Below is a listing. Set down exactly the lines from the one containing "v 5 119.447 36.844" through the one containing "v 5 93.277 216.24", both ends included, and leave out the rest.

MATERIAL FOR THE TASK section start

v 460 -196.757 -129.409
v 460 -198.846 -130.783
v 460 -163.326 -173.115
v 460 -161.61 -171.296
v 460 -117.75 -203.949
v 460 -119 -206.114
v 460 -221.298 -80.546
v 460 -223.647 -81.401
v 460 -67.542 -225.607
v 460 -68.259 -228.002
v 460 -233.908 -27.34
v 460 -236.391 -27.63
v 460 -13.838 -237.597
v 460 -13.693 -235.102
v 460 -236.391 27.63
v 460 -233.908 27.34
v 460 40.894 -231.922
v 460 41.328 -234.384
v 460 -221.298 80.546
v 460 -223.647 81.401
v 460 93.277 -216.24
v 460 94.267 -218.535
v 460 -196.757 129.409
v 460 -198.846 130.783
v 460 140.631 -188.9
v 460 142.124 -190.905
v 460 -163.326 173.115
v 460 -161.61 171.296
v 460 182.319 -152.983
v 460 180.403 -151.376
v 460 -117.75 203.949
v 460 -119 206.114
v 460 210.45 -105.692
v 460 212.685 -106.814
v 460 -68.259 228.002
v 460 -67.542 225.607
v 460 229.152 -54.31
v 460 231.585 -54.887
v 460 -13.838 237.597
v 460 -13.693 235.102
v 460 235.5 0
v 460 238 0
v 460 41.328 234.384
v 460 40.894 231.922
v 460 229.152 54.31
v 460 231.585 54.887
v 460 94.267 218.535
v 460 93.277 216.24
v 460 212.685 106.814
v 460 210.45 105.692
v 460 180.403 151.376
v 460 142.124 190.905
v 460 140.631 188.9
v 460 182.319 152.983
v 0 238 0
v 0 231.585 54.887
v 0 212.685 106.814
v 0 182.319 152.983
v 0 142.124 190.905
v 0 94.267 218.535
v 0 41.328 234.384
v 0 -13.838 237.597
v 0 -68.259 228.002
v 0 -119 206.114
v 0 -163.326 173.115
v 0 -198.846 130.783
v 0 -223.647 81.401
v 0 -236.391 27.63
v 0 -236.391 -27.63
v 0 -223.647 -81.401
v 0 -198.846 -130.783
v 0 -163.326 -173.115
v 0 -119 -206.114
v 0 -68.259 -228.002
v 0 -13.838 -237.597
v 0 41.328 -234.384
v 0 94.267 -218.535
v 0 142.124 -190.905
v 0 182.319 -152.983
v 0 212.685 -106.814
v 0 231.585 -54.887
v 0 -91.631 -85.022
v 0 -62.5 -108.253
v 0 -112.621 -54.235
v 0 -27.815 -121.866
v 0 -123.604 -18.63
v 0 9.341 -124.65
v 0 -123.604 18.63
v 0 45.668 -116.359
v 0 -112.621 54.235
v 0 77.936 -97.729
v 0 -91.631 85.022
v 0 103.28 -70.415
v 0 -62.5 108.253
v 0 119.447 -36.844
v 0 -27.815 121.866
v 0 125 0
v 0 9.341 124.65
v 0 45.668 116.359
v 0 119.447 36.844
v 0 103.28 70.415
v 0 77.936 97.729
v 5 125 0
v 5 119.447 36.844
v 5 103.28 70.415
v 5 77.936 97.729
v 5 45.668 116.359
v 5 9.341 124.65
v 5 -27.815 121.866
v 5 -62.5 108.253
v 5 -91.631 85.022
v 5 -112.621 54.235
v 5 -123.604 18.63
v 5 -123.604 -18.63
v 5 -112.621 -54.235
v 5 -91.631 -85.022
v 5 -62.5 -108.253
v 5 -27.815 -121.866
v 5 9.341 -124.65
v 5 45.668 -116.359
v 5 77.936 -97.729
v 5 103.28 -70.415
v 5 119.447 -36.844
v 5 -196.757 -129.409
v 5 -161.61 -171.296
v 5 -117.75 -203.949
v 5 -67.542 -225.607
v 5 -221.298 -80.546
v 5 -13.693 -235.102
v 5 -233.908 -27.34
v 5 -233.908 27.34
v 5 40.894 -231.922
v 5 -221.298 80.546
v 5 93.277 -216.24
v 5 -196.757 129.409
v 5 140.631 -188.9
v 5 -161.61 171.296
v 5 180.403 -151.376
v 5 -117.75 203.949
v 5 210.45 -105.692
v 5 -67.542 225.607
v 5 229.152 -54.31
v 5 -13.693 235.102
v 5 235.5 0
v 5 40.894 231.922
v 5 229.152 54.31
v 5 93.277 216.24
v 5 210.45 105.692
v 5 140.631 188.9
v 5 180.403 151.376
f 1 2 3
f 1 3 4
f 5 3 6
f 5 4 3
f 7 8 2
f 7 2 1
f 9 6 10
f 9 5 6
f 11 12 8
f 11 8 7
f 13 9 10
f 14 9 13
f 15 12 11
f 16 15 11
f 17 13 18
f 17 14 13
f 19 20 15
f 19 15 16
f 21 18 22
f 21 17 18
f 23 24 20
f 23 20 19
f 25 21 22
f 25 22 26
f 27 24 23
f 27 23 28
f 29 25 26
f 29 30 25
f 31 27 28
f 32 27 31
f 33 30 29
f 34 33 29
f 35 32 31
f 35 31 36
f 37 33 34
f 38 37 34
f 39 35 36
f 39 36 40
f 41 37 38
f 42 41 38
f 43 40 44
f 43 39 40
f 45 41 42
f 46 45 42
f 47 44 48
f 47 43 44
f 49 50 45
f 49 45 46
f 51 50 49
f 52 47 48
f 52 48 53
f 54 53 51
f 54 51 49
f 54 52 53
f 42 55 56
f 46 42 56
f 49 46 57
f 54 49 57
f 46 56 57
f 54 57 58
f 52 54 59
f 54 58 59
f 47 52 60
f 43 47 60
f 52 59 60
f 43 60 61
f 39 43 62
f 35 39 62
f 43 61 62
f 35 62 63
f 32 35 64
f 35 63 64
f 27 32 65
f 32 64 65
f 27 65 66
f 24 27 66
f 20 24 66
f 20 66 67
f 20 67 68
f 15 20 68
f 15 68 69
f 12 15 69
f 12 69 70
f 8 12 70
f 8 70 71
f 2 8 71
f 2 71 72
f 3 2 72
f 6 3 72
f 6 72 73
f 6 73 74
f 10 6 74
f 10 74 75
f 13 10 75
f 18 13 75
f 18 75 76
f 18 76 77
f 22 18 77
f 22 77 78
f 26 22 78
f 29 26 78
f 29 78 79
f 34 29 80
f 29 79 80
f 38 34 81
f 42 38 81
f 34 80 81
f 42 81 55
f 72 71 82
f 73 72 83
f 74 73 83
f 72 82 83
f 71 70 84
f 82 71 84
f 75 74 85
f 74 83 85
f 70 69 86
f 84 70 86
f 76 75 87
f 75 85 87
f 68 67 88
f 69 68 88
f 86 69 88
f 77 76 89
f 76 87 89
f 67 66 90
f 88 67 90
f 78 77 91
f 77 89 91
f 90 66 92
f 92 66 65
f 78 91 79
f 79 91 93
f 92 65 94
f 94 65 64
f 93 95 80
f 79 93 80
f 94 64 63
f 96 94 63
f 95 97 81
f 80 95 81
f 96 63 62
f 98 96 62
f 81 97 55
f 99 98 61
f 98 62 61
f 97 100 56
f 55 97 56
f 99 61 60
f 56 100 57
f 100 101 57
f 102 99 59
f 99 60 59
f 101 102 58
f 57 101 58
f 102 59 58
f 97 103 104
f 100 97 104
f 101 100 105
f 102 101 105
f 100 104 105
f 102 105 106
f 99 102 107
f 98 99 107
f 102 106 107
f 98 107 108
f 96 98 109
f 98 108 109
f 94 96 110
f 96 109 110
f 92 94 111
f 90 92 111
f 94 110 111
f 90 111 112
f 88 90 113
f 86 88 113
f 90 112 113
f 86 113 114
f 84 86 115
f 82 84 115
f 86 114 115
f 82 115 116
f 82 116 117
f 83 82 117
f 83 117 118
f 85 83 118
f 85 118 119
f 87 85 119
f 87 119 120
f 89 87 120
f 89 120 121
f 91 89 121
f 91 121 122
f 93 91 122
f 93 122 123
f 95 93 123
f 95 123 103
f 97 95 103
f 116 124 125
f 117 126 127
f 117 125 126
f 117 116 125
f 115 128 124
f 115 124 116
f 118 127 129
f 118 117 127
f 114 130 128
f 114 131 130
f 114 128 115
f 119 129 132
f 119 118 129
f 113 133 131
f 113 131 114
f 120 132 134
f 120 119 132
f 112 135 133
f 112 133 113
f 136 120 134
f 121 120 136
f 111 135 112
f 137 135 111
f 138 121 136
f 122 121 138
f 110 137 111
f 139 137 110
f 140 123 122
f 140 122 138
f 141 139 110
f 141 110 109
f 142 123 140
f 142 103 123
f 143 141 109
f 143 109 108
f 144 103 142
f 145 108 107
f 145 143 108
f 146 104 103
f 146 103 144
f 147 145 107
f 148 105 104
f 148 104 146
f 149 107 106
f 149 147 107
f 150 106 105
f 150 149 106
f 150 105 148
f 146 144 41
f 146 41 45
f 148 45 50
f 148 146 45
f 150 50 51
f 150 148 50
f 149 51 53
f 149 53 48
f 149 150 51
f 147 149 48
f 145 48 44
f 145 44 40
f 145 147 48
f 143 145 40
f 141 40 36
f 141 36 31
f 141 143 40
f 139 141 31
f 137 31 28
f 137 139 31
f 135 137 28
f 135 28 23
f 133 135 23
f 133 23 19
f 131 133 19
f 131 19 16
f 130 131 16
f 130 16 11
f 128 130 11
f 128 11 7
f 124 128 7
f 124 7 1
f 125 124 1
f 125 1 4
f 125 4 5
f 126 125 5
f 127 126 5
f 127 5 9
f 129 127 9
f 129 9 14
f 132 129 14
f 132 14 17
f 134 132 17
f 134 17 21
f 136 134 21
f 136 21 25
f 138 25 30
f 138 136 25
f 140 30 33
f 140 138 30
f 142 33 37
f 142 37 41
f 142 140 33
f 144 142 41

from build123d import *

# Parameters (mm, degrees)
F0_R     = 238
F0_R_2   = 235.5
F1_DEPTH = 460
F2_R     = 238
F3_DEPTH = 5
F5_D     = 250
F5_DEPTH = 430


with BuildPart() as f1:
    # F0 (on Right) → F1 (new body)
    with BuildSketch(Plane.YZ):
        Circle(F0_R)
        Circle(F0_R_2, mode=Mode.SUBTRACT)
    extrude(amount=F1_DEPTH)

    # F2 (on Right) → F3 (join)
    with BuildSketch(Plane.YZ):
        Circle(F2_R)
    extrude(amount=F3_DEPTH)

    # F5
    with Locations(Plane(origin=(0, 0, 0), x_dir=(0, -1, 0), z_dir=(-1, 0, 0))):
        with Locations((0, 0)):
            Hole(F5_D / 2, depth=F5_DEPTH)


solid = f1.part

MATERIAL FOR THE TASK section end
MATERIAL FOR THE TASK section start

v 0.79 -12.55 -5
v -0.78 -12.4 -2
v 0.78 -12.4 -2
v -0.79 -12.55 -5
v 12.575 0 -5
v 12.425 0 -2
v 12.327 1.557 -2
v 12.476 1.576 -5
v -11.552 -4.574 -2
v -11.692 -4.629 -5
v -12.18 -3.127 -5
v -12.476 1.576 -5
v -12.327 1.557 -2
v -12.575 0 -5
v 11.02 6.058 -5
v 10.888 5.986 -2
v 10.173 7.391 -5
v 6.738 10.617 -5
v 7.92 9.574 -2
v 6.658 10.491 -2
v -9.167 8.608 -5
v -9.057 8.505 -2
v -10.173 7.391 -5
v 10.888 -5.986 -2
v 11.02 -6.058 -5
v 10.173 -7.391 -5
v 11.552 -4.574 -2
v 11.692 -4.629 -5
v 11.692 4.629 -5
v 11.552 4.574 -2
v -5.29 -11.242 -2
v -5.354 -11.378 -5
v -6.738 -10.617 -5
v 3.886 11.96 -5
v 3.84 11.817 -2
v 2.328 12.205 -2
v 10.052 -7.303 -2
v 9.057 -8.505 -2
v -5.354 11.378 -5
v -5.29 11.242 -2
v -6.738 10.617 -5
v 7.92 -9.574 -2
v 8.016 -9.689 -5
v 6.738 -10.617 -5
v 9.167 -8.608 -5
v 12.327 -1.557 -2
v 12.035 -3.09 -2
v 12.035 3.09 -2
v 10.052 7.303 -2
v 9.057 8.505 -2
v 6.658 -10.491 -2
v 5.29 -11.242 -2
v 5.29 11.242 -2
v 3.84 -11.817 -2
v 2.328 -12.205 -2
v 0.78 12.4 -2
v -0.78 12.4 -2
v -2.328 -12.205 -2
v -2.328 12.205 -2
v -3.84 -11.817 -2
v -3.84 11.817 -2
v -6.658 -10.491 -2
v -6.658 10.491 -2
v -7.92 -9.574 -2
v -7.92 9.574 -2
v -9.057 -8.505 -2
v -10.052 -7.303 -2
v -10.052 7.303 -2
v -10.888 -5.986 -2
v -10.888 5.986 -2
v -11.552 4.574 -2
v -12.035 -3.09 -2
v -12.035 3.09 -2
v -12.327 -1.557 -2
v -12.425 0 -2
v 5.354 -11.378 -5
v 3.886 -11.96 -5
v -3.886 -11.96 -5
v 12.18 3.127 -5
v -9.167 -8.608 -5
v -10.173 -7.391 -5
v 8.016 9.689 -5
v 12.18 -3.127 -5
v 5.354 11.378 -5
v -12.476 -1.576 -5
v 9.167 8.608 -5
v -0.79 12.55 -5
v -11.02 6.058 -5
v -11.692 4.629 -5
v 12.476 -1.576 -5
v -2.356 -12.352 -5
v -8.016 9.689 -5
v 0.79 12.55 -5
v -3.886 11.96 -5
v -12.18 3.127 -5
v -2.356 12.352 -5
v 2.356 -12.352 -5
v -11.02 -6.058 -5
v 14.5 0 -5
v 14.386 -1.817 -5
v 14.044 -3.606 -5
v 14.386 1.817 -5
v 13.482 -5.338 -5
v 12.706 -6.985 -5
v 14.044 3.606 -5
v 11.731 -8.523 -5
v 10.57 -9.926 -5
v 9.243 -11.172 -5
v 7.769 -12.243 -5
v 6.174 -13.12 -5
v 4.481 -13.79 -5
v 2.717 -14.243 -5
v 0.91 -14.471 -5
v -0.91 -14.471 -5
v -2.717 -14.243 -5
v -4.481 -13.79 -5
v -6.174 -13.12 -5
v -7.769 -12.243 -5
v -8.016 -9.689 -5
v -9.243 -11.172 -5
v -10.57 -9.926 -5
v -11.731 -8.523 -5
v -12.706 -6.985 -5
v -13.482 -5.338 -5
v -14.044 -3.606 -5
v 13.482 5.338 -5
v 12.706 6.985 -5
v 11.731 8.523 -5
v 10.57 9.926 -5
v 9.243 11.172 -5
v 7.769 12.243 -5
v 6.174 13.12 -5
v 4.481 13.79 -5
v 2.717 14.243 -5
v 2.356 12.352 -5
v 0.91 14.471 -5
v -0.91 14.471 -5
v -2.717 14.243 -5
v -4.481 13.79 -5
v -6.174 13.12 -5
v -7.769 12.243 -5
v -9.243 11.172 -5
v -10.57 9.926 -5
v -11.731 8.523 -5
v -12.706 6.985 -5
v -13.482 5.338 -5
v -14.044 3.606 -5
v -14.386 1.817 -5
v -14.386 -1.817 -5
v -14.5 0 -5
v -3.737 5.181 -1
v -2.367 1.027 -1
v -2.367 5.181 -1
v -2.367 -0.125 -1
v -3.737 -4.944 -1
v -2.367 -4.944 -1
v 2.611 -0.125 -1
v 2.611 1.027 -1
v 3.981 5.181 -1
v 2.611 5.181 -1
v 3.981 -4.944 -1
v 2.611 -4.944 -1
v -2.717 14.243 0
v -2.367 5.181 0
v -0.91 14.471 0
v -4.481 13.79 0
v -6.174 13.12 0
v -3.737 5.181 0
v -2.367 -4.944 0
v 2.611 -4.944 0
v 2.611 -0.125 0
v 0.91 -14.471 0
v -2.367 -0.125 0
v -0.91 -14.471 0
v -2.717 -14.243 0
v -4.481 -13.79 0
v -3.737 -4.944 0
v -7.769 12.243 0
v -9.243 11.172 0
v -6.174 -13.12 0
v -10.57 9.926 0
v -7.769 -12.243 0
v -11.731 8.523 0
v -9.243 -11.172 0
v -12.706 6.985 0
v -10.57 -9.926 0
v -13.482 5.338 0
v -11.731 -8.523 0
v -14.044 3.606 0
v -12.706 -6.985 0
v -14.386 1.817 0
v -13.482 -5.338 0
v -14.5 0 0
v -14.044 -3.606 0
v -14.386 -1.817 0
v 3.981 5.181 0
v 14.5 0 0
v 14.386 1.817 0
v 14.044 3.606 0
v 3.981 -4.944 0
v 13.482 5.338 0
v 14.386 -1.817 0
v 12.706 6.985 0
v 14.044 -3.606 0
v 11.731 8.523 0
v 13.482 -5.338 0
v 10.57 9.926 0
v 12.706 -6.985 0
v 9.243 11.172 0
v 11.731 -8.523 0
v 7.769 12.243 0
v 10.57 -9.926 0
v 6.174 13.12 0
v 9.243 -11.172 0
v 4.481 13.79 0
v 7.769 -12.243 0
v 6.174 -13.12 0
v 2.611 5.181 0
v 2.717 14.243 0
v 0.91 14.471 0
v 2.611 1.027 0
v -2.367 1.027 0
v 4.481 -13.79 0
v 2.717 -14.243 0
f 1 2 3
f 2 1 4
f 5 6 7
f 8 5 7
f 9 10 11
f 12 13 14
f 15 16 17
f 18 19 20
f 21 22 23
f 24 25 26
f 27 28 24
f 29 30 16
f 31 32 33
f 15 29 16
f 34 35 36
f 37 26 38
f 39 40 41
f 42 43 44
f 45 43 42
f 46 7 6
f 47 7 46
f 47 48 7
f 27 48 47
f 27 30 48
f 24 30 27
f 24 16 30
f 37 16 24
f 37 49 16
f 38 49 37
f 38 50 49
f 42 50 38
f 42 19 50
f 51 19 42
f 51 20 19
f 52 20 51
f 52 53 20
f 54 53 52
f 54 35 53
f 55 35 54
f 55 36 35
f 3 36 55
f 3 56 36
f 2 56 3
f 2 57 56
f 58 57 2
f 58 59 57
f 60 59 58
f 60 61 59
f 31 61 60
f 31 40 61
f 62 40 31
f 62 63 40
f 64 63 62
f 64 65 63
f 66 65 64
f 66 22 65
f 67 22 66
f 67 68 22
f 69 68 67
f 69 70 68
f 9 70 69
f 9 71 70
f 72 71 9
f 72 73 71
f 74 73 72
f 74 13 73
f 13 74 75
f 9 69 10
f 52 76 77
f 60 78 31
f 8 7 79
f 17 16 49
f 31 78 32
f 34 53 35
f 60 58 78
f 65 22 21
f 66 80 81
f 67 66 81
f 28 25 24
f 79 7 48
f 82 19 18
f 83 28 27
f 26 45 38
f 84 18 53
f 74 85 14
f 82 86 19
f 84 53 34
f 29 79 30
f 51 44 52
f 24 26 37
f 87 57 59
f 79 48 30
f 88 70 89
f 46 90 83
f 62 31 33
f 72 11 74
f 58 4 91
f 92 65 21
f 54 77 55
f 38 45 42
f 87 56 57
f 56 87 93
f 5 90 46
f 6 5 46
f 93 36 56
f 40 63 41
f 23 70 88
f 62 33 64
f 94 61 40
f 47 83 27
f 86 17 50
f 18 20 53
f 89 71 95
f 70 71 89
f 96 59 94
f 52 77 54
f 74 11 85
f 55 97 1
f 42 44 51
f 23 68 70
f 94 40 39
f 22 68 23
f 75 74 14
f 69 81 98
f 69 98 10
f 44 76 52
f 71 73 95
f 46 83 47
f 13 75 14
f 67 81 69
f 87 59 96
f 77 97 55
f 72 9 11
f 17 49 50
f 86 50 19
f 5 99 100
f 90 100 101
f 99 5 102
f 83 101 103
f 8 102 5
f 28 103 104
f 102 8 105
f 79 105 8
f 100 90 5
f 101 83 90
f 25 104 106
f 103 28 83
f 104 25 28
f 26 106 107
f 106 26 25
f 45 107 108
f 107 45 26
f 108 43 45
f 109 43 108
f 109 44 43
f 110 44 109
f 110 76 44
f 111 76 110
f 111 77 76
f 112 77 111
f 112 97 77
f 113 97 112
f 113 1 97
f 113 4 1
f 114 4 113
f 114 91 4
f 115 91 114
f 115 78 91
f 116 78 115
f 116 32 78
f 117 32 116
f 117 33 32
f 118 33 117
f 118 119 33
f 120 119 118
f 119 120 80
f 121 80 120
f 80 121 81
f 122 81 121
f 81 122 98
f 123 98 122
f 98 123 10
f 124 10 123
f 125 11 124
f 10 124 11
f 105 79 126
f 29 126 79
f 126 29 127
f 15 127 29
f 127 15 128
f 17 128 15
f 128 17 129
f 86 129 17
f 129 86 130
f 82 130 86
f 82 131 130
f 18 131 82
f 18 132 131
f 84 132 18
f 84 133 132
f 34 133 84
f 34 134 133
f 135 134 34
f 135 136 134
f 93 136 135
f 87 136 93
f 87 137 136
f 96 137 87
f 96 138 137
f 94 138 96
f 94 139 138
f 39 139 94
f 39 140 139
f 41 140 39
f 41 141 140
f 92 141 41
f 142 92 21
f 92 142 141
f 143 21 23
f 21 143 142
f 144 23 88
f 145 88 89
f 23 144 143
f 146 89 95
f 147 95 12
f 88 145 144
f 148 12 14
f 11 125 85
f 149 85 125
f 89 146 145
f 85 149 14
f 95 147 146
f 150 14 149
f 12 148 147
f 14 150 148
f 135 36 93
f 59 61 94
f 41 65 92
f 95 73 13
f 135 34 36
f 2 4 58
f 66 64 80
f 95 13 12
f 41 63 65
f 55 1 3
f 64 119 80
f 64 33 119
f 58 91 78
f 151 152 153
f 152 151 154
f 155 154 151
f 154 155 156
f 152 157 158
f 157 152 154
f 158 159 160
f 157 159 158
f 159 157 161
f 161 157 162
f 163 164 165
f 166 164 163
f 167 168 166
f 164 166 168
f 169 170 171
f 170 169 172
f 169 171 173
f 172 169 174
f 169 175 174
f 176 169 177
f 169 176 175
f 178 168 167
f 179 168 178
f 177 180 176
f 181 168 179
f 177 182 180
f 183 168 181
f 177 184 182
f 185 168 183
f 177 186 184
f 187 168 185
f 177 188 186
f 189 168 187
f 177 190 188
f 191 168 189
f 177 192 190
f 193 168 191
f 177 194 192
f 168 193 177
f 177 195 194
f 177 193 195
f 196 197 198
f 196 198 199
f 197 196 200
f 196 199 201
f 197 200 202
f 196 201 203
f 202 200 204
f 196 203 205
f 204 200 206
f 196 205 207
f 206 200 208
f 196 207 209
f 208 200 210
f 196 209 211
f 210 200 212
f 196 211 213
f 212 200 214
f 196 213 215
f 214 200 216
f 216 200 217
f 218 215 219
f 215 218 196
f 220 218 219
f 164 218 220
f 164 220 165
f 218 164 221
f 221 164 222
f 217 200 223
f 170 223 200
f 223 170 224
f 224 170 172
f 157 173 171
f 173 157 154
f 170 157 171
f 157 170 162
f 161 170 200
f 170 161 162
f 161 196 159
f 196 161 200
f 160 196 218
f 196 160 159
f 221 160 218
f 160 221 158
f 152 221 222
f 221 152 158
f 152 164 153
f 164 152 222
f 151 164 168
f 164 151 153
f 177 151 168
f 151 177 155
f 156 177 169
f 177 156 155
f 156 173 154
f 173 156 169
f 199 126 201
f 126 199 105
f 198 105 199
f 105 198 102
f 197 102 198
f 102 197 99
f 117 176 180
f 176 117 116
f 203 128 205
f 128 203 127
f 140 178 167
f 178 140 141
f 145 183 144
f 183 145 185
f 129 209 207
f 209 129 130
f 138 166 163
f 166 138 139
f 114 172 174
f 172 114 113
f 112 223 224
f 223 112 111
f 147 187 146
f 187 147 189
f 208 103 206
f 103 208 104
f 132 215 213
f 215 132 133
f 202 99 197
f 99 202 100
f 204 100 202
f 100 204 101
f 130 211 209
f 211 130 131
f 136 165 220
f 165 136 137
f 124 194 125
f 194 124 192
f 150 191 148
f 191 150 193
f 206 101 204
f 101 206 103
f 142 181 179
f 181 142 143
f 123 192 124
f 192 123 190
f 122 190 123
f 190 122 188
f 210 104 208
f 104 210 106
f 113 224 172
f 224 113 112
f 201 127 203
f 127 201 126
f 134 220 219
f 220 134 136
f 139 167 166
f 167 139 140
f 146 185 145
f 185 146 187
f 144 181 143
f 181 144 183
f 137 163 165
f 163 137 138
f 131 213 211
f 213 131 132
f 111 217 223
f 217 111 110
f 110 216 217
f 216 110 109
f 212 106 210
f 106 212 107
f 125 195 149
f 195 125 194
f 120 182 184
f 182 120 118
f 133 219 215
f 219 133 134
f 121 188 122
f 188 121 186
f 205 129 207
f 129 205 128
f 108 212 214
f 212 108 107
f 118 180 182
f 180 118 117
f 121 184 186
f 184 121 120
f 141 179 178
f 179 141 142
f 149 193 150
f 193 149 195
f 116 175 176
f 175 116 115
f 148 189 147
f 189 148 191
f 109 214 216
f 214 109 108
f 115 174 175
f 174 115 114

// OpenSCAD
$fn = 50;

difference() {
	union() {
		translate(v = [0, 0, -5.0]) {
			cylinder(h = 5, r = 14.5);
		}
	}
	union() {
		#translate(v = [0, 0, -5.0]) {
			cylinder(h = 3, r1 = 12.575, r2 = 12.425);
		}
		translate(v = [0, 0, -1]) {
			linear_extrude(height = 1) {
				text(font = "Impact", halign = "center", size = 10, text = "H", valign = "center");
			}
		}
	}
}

MATERIAL FOR THE TASK section end

- [OUTPUT FOR THIS EXERCISE]
v 5 119.447 36.844
v 5 103.28 70.415
v 5 77.936 97.729
v 5 45.668 116.359
v 5 9.341 124.65
v 5 -27.815 121.866
v 5 -62.5 108.253
v 5 -91.631 85.022
v 5 -112.621 54.235
v 5 -123.604 18.63
v 5 -123.604 -18.63
v 5 -112.621 -54.235
v 5 -91.631 -85.022
v 5 -62.5 -108.253
v 5 -27.815 -121.866
v 5 9.341 -124.65
v 5 45.668 -116.359
v 5 77.936 -97.729
v 5 103.28 -70.415
v 5 119.447 -36.844
v 5 -196.757 -129.409
v 5 -161.61 -171.296
v 5 -117.75 -203.949
v 5 -67.542 -225.607
v 5 -221.298 -80.546
v 5 -13.693 -235.102
v 5 -233.908 -27.34
v 5 -233.908 27.34
v 5 40.894 -231.922
v 5 -221.298 80.546
v 5 93.277 -216.24
v 5 -196.757 129.409
v 5 140.631 -188.9
v 5 -161.61 171.296
v 5 180.403 -151.376
v 5 -117.75 203.949
v 5 210.45 -105.692
v 5 -67.542 225.607
v 5 229.152 -54.31
v 5 -13.693 235.102
v 5 235.5 0
v 5 40.894 231.922
v 5 229.152 54.31
v 5 93.277 216.24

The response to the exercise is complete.